Читать «Запечатленное время» онлайн - страница 6
Андрей Арсеньевич Тарковский
Но, конечно, такое копирование жизненных ощущений — не самоцель. Однако возможность их передачи может быть эстетически осмыслена и использована в интересах воплощения глубоких идейных обобщений.
Для меня правдоподобие и внутренняя правда заключаются не только в верности факту, но и в верности передачи ощущения.
Вы шли по улице и встретились глазами со взглядом человека, проходившего мимо. Взгляд этот чем-то поразил вас. Вызвал какое-то тревожное чувство. Он психологически повлиял на вас, создал некую вашу душевную настроенность.
Если вы механически точно воссоздадите все обстоятельства этой встречи, документально точно одев актера и отобрав место для съемки, вы не получите от снятого куска ощущения, которое получили от самой встречи. Ибо, снимая сцену встречи, не обратили внимания на психологическую подготовку, которая объяснила бы ваше душевное состояние, придавшее взгляду незнакомца особое эмоциональное содержание. Поэтому для того, чтобы взгляд незнакомца поразил зрителя так же, как и вас в свое время, необходимо, кроме всего прочего, создать у зрителя настроение, аналогичное вашему в момент реальной встречи.
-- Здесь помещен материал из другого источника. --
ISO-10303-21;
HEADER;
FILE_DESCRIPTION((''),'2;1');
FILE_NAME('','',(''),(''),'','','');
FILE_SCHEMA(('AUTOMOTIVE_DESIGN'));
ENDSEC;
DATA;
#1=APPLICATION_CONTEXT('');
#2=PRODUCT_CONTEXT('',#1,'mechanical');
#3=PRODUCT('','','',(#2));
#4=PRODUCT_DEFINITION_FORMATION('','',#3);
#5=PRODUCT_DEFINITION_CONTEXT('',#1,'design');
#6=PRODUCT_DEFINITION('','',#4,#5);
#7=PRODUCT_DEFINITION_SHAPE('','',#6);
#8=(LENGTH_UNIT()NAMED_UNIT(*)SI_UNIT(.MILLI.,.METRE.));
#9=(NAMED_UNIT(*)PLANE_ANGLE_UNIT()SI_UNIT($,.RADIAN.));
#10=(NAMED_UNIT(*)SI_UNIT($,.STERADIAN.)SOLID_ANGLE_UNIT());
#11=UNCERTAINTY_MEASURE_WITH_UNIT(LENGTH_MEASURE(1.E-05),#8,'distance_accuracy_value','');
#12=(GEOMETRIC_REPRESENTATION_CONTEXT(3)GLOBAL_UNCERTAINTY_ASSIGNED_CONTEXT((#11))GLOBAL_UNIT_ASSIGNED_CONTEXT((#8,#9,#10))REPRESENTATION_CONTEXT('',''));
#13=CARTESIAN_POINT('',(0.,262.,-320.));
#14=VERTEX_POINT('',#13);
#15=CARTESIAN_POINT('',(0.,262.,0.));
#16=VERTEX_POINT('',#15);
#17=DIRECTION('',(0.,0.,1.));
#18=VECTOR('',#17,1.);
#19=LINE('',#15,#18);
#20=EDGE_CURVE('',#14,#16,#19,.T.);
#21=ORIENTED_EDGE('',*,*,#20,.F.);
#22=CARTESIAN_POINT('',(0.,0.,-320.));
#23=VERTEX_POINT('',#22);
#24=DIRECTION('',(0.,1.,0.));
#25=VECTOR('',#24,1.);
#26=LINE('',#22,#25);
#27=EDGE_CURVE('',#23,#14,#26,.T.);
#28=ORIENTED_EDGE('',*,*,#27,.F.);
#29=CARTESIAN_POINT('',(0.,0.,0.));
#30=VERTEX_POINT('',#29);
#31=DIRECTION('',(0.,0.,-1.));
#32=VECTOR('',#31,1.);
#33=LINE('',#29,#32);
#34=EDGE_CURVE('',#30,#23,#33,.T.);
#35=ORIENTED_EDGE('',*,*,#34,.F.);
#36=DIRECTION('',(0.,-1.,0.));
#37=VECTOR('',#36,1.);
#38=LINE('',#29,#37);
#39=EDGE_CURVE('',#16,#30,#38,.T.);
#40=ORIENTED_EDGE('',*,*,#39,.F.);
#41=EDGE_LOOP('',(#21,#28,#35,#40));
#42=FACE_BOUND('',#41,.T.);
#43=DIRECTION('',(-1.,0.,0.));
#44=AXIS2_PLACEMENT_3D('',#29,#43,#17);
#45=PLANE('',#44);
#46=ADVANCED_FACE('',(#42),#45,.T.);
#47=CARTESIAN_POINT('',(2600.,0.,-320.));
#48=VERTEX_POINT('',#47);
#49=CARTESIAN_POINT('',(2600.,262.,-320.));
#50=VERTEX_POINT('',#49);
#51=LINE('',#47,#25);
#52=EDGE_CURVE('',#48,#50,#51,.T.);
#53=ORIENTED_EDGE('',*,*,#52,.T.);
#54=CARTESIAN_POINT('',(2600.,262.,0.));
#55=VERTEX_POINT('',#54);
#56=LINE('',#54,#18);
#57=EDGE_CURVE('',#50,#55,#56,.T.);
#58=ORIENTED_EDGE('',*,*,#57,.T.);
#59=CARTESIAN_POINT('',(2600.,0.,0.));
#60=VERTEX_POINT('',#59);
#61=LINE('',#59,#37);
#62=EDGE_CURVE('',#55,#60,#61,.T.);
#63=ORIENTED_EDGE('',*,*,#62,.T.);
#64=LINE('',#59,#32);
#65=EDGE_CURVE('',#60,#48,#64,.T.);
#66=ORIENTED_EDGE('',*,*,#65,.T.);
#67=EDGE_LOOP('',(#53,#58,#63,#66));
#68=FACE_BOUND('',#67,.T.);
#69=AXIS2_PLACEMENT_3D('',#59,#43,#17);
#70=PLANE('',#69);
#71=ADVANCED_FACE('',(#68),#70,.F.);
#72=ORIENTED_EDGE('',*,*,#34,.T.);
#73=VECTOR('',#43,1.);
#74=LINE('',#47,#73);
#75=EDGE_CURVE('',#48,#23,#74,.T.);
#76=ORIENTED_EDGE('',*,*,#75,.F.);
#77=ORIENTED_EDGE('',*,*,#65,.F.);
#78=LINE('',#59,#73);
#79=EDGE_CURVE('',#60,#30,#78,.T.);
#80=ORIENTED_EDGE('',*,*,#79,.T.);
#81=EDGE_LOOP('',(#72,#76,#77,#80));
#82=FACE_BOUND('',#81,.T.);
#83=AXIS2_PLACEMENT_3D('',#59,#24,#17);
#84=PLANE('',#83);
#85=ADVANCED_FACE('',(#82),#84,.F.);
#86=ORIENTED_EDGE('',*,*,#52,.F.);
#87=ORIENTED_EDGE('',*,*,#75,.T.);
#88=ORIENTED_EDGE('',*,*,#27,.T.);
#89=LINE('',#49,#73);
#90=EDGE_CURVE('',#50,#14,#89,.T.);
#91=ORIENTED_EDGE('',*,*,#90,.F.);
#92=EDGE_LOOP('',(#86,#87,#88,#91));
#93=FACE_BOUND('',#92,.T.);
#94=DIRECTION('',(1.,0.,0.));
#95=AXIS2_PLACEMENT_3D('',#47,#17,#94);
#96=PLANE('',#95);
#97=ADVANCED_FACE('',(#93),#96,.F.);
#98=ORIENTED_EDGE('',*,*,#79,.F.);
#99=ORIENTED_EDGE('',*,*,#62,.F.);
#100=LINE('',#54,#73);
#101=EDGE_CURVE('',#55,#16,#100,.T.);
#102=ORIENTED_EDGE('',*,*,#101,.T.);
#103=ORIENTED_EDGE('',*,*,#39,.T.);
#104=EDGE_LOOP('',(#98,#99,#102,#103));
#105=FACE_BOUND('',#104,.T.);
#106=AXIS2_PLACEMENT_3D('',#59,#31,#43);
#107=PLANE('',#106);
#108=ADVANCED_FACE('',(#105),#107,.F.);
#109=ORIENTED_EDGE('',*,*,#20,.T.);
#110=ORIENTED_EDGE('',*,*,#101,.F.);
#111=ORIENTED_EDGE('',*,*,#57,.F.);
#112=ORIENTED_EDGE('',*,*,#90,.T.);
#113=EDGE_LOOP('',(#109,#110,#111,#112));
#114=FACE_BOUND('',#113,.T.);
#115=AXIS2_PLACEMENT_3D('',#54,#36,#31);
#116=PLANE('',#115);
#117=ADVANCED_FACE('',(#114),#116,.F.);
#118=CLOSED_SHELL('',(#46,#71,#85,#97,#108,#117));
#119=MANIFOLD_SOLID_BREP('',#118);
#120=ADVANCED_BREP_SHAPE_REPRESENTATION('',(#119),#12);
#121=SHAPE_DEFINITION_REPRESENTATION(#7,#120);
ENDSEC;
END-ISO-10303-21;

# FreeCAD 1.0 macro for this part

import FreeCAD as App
import Part
import Sketcher

V = App.Vector

doc = App.newDocument("Part")
body = doc.addObject("PartDesign::Body", "Body")

sketch1 = body.newObject("Sketcher::SketchObject", "Sketch")
sketch1.AttachmentSupport = (doc.getObject("YZ_Plane"), [""])
sketch1.MapMode = "FlatFace"
sketch1.addGeometry([
    Part.LineSegment(V(262, 0, 0), V(0, 0, 0)),
    Part.LineSegment(V(0, 0, 0), V(0, -320, 0)),
    Part.LineSegment(V(0, -320, 0), V(262, -320, 0)),
    Part.LineSegment(V(262, -320, 0), V(262, 0, 0)),
], False)
sketch1.addConstraint([
    Sketcher.Constraint("Coincident", 0, 2, 1, 1),
    Sketcher.Constraint("Coincident", 1, 2, 2, 1),
    Sketcher.Constraint("Coincident", 2, 2, 3, 1),
    Sketcher.Constraint("Coincident", 3, 2, 0, 1),
    Sketcher.Constraint("Horizontal", 0),
    Sketcher.Constraint("Vertical", 1),
    Sketcher.Constraint("Horizontal", 2),
    Sketcher.Constraint("Vertical", 3),
    Sketcher.Constraint("Coincident", 0, 2, -1, 1),
    Sketcher.Constraint("DistanceX", 0, 2, 0, 1, 262.0),
    Sketcher.Constraint("DistanceY", 1, 2, 1, 1, 320.0),
])
pad1 = body.newObject("PartDesign::Pad", "Pad")
pad1.Profile = sketch1
pad1.Length = 2600

doc.recompute()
А это уже дополнительная режиссерская работа и дополнительный сценарный материал.
На базе многовековой театральной драматургии возникло огромное количество штампов, схем, общих мест, которые, к сожалению, нашли пристанище и в кино. Выше я уже высказал свои соображения по поводу драматургии и логики кинорассказа. Чтобы быть более конкретным и точнее понятым, стоит остановиться на таком понятии, как мизансцена. Так как, мне кажется, именно из отношения к мизансцене особенно ясно виден сухой, формальный подход к проблеме выражения и выразительности. Причем, если мы зададимся целью сравнить киномизансцену с мизансценой, которую видит писатель, то в ряде случаев мы быстро поймем, в чем проявляется формализм киномизансцен.
Обычно забота о выразительности мизансцены сводится к тому, чтобы она непосредственно выражала идею, прямой смысл сцены и ее подтекст. В свое время на этом настаивал Эйзенштейн. Считается также, что в этом случае сцена приобретает необходимую глубину и выразительность, диктуемую смыслом.
Такое понимание примитивно. На его почве возникает много ненужных условностей, которые насилуют живую ткань художественного образа.